Union Ends Four-Week East German Strike
Union leaders on Saturday halted a four-week-old strike by thousands of east German manufacturing workers after the collapse of talks about shorter working hours, saying that the increasingly unpopular stoppages had proved ineffective.
Emerging from all-night negotiations with employers, officials from the IG Metall industrial workers union said the walkouts, which have hobbled automakers such as Volkswagen and BMW, had failed to bring them closer to their goal.
“The bitter truth is that the strike has failed,” IG Metall boss Klaus Zwickel said, acknowledging also that public opinion had turned against the strike.
The union had called out workers in about a dozen factories in the southeastern state of Saxony and the Berlin region every day for the past four weeks to press for a cut in the work week for about 310,000 industrial workers in the former communist east from 38 hours to 35 – the same as in the wealthier west.
Employers have refused, saying the extra hours – for the same basic pay – was a magnet for badly needed investment in the still-depressed region, especially as former communist countries in eastern Europe with even lower wages prepare to join the European Union next year.
During 16 hours of talks that ended early Saturday, employers proposed allowing firms to set weekly hours of between 35 and 40 hours, depending on their financial strength.

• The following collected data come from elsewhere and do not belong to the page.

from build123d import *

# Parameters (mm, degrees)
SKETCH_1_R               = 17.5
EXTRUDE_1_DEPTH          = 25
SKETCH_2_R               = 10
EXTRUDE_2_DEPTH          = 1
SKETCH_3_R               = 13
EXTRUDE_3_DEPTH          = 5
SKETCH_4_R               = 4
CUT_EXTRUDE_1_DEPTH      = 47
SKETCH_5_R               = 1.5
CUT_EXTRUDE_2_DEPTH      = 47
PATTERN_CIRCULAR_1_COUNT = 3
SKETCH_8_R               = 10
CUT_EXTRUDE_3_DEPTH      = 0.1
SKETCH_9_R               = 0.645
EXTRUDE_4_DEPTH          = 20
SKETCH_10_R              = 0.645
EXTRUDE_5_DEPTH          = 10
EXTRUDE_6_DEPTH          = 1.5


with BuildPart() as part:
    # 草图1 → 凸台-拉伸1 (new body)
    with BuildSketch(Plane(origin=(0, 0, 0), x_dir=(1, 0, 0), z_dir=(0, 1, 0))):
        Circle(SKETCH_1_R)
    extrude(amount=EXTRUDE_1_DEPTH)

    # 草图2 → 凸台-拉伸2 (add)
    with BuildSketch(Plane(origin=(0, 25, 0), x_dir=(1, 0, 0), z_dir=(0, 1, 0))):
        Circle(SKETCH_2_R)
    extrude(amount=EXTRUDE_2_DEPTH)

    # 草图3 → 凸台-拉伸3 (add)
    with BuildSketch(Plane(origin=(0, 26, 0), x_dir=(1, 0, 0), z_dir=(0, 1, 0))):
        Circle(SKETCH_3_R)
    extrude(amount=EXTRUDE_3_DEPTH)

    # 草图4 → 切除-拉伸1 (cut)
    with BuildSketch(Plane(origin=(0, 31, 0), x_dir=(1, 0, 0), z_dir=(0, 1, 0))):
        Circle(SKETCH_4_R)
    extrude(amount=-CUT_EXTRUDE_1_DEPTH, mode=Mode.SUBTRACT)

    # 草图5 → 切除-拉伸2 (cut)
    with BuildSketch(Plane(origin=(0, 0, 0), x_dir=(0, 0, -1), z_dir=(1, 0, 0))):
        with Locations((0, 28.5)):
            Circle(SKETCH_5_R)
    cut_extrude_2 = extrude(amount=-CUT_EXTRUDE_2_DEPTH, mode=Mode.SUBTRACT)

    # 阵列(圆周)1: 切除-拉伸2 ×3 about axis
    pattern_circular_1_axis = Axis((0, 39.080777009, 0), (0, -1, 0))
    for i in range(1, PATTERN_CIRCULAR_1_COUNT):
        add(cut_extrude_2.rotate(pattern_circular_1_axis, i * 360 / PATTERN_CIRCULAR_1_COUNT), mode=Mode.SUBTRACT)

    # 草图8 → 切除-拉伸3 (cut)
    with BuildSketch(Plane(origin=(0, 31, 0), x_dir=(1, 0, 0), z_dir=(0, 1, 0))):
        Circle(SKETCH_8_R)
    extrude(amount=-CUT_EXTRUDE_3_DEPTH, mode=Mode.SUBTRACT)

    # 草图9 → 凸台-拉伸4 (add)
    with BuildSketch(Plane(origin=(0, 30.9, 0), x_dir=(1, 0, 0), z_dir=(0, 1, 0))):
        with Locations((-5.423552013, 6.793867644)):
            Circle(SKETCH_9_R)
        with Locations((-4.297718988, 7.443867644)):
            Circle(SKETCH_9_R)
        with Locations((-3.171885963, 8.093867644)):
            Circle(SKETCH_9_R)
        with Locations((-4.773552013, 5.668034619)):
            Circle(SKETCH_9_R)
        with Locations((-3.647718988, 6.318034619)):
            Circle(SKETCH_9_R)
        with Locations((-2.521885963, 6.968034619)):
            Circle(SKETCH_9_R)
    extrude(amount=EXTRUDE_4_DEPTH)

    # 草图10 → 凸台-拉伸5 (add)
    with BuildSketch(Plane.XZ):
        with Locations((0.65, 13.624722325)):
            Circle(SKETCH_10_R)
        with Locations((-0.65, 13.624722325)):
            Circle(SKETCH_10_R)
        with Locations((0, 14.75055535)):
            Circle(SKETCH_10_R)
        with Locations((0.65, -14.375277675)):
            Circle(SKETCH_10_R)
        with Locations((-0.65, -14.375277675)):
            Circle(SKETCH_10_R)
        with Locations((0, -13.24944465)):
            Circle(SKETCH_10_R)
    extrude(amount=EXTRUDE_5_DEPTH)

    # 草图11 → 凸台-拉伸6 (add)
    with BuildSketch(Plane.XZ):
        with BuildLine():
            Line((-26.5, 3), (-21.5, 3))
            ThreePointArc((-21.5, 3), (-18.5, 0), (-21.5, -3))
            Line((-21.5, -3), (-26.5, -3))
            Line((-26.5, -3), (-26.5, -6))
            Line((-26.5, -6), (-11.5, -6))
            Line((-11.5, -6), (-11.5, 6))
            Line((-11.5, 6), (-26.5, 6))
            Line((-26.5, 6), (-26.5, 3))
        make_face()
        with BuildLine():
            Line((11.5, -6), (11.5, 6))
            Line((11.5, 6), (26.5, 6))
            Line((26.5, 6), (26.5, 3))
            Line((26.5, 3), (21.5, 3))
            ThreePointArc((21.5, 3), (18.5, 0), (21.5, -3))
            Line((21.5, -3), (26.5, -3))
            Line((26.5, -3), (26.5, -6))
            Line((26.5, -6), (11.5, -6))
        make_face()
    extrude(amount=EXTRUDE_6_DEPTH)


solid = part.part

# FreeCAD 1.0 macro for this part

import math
import FreeCAD as App
import Part
import Sketcher

V = App.Vector
Q = App.Units.Quantity

doc = App.newDocument("Part")
body = doc.addObject("PartDesign::Body", "Body")

# Sketch on XZ plane
sketch1 = doc.addObject("Sketcher::SketchObject", "Sketch")
body.addObject(sketch1)
sketch1.AttachmentSupport = (doc.XZ_Plane, [""])
sketch1.MapMode = "FlatFace"
sketch1.addGeometry(Part.Circle(V(0, 0, 0), V(0, 0, 1), 18), False)
sketch1.addConstraint([
    Sketcher.Constraint("Coincident", 0, 3, -1, 1),
    Sketcher.Constraint("Diameter", 0, Q("35 mm")),
])
pad1 = doc.addObject("PartDesign::Pad", "Pad")
body.addObject(pad1)
pad1.Profile = sketch1
pad1.Length = 25
pad1.Reversed = True

# Sketch on XZ plane
sketch2 = doc.addObject("Sketcher::SketchObject", "Sketch001")
body.addObject(sketch2)
sketch2.AttachmentSupport = (doc.XZ_Plane, [""])
sketch2.MapMode = "FlatFace"
sketch2.AttachmentOffset = App.Placement(V(0, 0, -25), App.Rotation())
sketch2.addGeometry(Part.Circle(V(0, 0, 0), V(0, 0, 1), 10), False)
sketch2.addConstraint([
    Sketcher.Constraint("Coincident", 0, 3, -1, 1),
    Sketcher.Constraint("Diameter", 0, Q("20 mm")),
])
pad2 = doc.addObject("PartDesign::Pad", "Pad001")
body.addObject(pad2)
pad2.Profile = sketch2
pad2.Length = 1
pad2.Reversed = True

# Sketch on XZ plane
sketch3 = doc.addObject("Sketcher::SketchObject", "Sketch002")
body.addObject(sketch3)
sketch3.AttachmentSupport = (doc.XZ_Plane, [""])
sketch3.MapMode = "FlatFace"
sketch3.AttachmentOffset = App.Placement(V(0, 0, -26), App.Rotation())
sketch3.addGeometry(Part.Circle(V(0, 0, 0), V(0, 0, 1), 13), False)
sketch3.addConstraint([
    Sketcher.Constraint("Coincident", 0, 3, -1, 1),
    Sketcher.Constraint("Diameter", 0, Q("26 mm")),
])
pad3 = doc.addObject("PartDesign::Pad", "Pad002")
body.addObject(pad3)
pad3.Profile = sketch3
pad3.Length = 5
pad3.Reversed = True

# Sketch on XZ plane
sketch4 = doc.addObject("Sketcher::SketchObject", "Sketch003")
body.addObject(sketch4)
sketch4.AttachmentSupport = (doc.XZ_Plane, [""])
sketch4.MapMode = "FlatFace"
sketch4.AttachmentOffset = App.Placement(V(0, 0, -31), App.Rotation())
sketch4.addGeometry(Part.Circle(V(0, 0, 0), V(0, 0, 1), 4), False)
sketch4.addConstraint([
    Sketcher.Constraint("Coincident", 0, 3, -1, 1),
    Sketcher.Constraint("Diameter", 0, Q("8 mm")),
])
pocket1 = doc.addObject("PartDesign::Pocket", "Pocket")
body.addObject(pocket1)
pocket1.Profile = sketch4
pocket1.Length = 47
pocket1.Reversed = True

# Sketch on YZ plane
sketch5 = doc.addObject("Sketcher::SketchObject", "Sketch004")
body.addObject(sketch5)
sketch5.AttachmentSupport = (doc.YZ_Plane, [""])
sketch5.MapMode = "FlatFace"
sketch5.addGeometry(Part.Circle(V(28.5, 0, 0), V(0, 0, 1), 1.5), False)
sketch5.addConstraint([
    Sketcher.Constraint("PointOnObject", 0, 3, -1),
    Sketcher.Constraint("Diameter", 0, Q("3 mm")),
    Sketcher.Constraint("DistanceX", -1, 1, 0, 3, Q("28.5 mm")),
])
pocket2 = doc.addObject("PartDesign::Pocket", "Pocket001")
body.addObject(pocket2)
pocket2.Profile = sketch5
pocket2.Length = 47
doc.recompute()

polarpattern = doc.addObject("PartDesign::PolarPattern", "PolarPattern")
body.addObject(polarpattern)
polarpattern.Originals = [pocket2]
polarpattern.Axis = (doc.Y_Axis, [""])
polarpattern.Angle = 360
polarpattern.Occurrences = 3
body.Tip = polarpattern

# Sketch on XZ plane
sketch6 = doc.addObject("Sketcher::SketchObject", "Sketch005")
body.addObject(sketch6)
sketch6.AttachmentSupport = (doc.XZ_Plane, [""])
sketch6.MapMode = "FlatFace"
sketch6.AttachmentOffset = App.Placement(V(0, 0, -31), App.Rotation())
sketch6.addGeometry(Part.Circle(V(0, 0, 0), V(0, 0, 1), 10), False)
sketch6.addConstraint([
    Sketcher.Constraint("Coincident", 0, 3, -1, 1),
    Sketcher.Constraint("Diameter", 0, Q("20 mm")),
])
pocket3 = doc.addObject("PartDesign::Pocket", "Pocket002")
body.addObject(pocket3)
pocket3.Profile = sketch6
pocket3.Length = 0.1
pocket3.Reversed = True

# Sketch on XZ plane
sketch7 = doc.addObject("Sketcher::SketchObject", "Sketch006")
body.addObject(sketch7)
sketch7.AttachmentSupport = (doc.XZ_Plane, [""])
sketch7.MapMode = "FlatFace"
sketch7.AttachmentOffset = App.Placement(V(0, 0, -30.9), App.Rotation())
sketch7.addGeometry([
    Part.Circle(V(-5.4, -6.8, 0), V(0, 0, 1), 0.6),  # 0
    Part.Circle(V(-4.3, -7.4, 0), V(0, 0, 1), 0.6),  # 1
    Part.Circle(V(-3.2, -8.1, 0), V(0, 0, 1), 0.6),  # 2
    Part.Circle(V(-4.8, -5.7, 0), V(0, 0, 1), 0.6),  # 3
    Part.Circle(V(-3.6, -6.3, 0), V(0, 0, 1), 0.6),  # 4
    Part.Circle(V(-2.5, -7, 0), V(0, 0, 1), 0.6),  # 5
], False)
sketch7.addConstraint([
    Sketcher.Constraint("Equal", 0, 1),
    Sketcher.Constraint("Equal", 1, 2),
    Sketcher.Constraint("Equal", 2, 3),
    Sketcher.Constraint("Equal", 3, 4),
    Sketcher.Constraint("Equal", 4, 5),
    Sketcher.Constraint("Diameter", 0, Q("1.29 mm")),
    Sketcher.Constraint("DistanceY", 2, 3, 0, 3, Q("1.3 mm")),
    Sketcher.Constraint("DistanceY", 5, 3, 3, 3, Q("1.3 mm")),
    Sketcher.Constraint("DistanceY", 1, 3, 0, 3, Q("0.65 mm")),
    Sketcher.Constraint("DistanceX", 0, 3, 3, 3, Q("0.65 mm")),
    Sketcher.Constraint("DistanceY", 4, 3, 3, 3, Q("0.65 mm")),
    Sketcher.Constraint("DistanceX", 1, 3, 4, 3, Q("0.65 mm")),
    Sketcher.Constraint("DistanceX", 2, 3, 5, 3, Q("0.65 mm")),
    Sketcher.Constraint("DistanceX", 1, 3, -1, 1, Q("4.297719 mm")),
    Sketcher.Constraint("DistanceX", 0, 3, -1, 1, Q("5.423552 mm")),
    Sketcher.Constraint("DistanceY", 0, 3, -1, 1, Q("6.793868 mm")),
    Sketcher.Constraint("DistanceX", 2, 3, -1, 1, Q("3.171886 mm")),
    Sketcher.Constraint("DistanceY", 3, 3, -1, 1, Q("5.668035 mm")),
])
pad4 = doc.addObject("PartDesign::Pad", "Pad003")
body.addObject(pad4)
pad4.Profile = sketch7
pad4.Length = 20
pad4.Reversed = True

# Sketch on XZ plane
sketch8 = doc.addObject("Sketcher::SketchObject", "Sketch007")
body.addObject(sketch8)
sketch8.AttachmentSupport = (doc.XZ_Plane, [""])
sketch8.MapMode = "FlatFace"
sketch8.addGeometry([
    Part.Circle(V(0.7, 13.6, 0), V(0, 0, 1), 0.6),  # 0
    Part.Circle(V(-0.7, 13.6, 0), V(0, 0, 1), 0.6),  # 1
    Part.Circle(V(0, 14.8, 0), V(0, 0, 1), 0.6),  # 2
    Part.Circle(V(0.7, -14.4, 0), V(0, 0, 1), 0.6),  # 3
    Part.Circle(V(-0.7, -14.4, 0), V(0, 0, 1), 0.6),  # 4
    Part.Circle(V(0, -13.2, 0), V(0, 0, 1), 0.6),  # 5
], False)
sketch8.addConstraint([
    Sketcher.Constraint("Equal", 0, 1),
    Sketcher.Constraint("Equal", 1, 2),
    Sketcher.Constraint("Equal", 2, 3),
    Sketcher.Constraint("Equal", 3, 4),
    Sketcher.Constraint("Equal", 4, 5),
    Sketcher.Constraint("Symmetric", 0, 3, 1, 3, -2),
    Sketcher.Constraint("Symmetric", 3, 3, 4, 3, -2),
    Sketcher.Constraint("PointOnObject", 2, 3, -2),
    Sketcher.Constraint("PointOnObject", 5, 3, -2),
    Sketcher.Constraint("Vertical", 0, 3, 3, 3),
    Sketcher.Constraint("Diameter", 0, Q("1.29 mm")),
    Sketcher.Constraint("DistanceY", 3, 3, 0, 3, Q("28 mm")),
    Sketcher.Constraint("DistanceY", 5, 3, 2, 3, Q("28 mm")),
    Sketcher.Constraint("DistanceX", 1, 3, 0, 3, Q("1.3 mm")),
    Sketcher.Constraint("DistanceY", -1, 1, 0, 3, Q("13.624722 mm")),
    Sketcher.Constraint("DistanceY", -1, 1, 2, 3, Q("14.750555 mm")),
])
pad5 = doc.addObject("PartDesign::Pad", "Pad004")
body.addObject(pad5)
pad5.Profile = sketch8
pad5.Length = 10
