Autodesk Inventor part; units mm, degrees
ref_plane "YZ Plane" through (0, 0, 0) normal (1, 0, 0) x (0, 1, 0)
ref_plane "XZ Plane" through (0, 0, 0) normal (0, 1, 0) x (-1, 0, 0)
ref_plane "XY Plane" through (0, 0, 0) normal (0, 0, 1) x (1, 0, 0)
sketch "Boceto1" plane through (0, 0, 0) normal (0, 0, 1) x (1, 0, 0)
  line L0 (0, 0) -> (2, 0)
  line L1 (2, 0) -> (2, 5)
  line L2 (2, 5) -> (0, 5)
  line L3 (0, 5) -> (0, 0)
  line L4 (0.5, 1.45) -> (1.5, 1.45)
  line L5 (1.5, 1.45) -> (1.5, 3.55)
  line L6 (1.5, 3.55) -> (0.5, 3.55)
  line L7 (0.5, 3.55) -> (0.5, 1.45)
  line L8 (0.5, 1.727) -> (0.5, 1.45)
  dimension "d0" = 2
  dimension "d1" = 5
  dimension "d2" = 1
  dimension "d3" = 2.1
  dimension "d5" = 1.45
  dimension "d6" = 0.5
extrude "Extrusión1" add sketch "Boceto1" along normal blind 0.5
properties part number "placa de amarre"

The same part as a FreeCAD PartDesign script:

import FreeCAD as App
import Part
import Sketcher

V = App.Vector


def add_polygon(sketch, points):
    """Adds a closed chain of lines whose ends are joined by coincident constraints."""
    first, n = sketch.GeometryCount, len(points)
    for a, b in zip(points, points[1:] + points[:1]):
        sketch.addGeometry(Part.LineSegment(App.Vector(*a, 0), App.Vector(*b, 0)), False)
    for i in range(n):
        sketch.addConstraint(Sketcher.Constraint("Coincident", first + i, 2, first + (i + 1) % n, 1))

doc = App.newDocument("Part")
body = doc.addObject("PartDesign::Body", "Body")

# Sketch on XY plane
sketch1 = body.newObject("Sketcher::SketchObject", "Sketch")
sketch1.AttachmentSupport = (doc.getObject("XY_Plane"), [""])
sketch1.MapMode = "FlatFace"
add_polygon(sketch1, [(0, 5), (0, 0), (2, 0), (2, 5)])  # lines 0-3
add_polygon(sketch1, [(1.5, 1.45), (0.5, 1.45), (0.5, 3.55), (1.5, 3.55)])  # lines 4-7
sketch1.addConstraint(Sketcher.Constraint("Vertical", 0))
sketch1.addConstraint(Sketcher.Constraint("Horizontal", 1))
sketch1.addConstraint(Sketcher.Constraint("Vertical", 2))
sketch1.addConstraint(Sketcher.Constraint("Horizontal", 3))
sketch1.addConstraint(Sketcher.Constraint("Horizontal", 4))
sketch1.addConstraint(Sketcher.Constraint("Vertical", 5))
sketch1.addConstraint(Sketcher.Constraint("Horizontal", 6))
sketch1.addConstraint(Sketcher.Constraint("Vertical", 7))
sketch1.addConstraint(Sketcher.Constraint("Coincident", 0, 2, -1, 1))
sketch1.addConstraint(Sketcher.Constraint("DistanceX", 1, 1, 1, 2, 2.0))
sketch1.addConstraint(Sketcher.Constraint("DistanceX", 4, 2, 4, 1, 1.0))
sketch1.addConstraint(Sketcher.Constraint("DistanceY", 0, 2, 0, 1, 5.0))
sketch1.addConstraint(Sketcher.Constraint("DistanceY", 5, 1, 5, 2, 2.1))
sketch1.addConstraint(Sketcher.Constraint("DistanceX", -1, 1, 4, 2, 0.5))
sketch1.addConstraint(Sketcher.Constraint("DistanceY", -1, 1, 4, 2, 1.45))
pad1 = body.newObject("PartDesign::Pad", "Pad")
pad1.Profile = sketch1
pad1.Length = 0.5

doc.recompute()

IG Metall rejected that, suggesting instead that the reduction to 35 hours be phased in over a period determined by each individual company.
Having failed to reach a deal covering the whole sector, the union said it would continue seek work-time reductions on a company-by-company basis.
The union argues that productivity has improved sufficiently since German reunification in 1990 for companies to even out working conditions. Employers counter that ending the extra incentive for firms will hamper efforts to develop the region, where unemployment is twice that in the west of the country.
With the German economy teetering on the brink of recession, government leaders and media commentators have joined the criticism, saying the strike was ill-conceived and badly timed.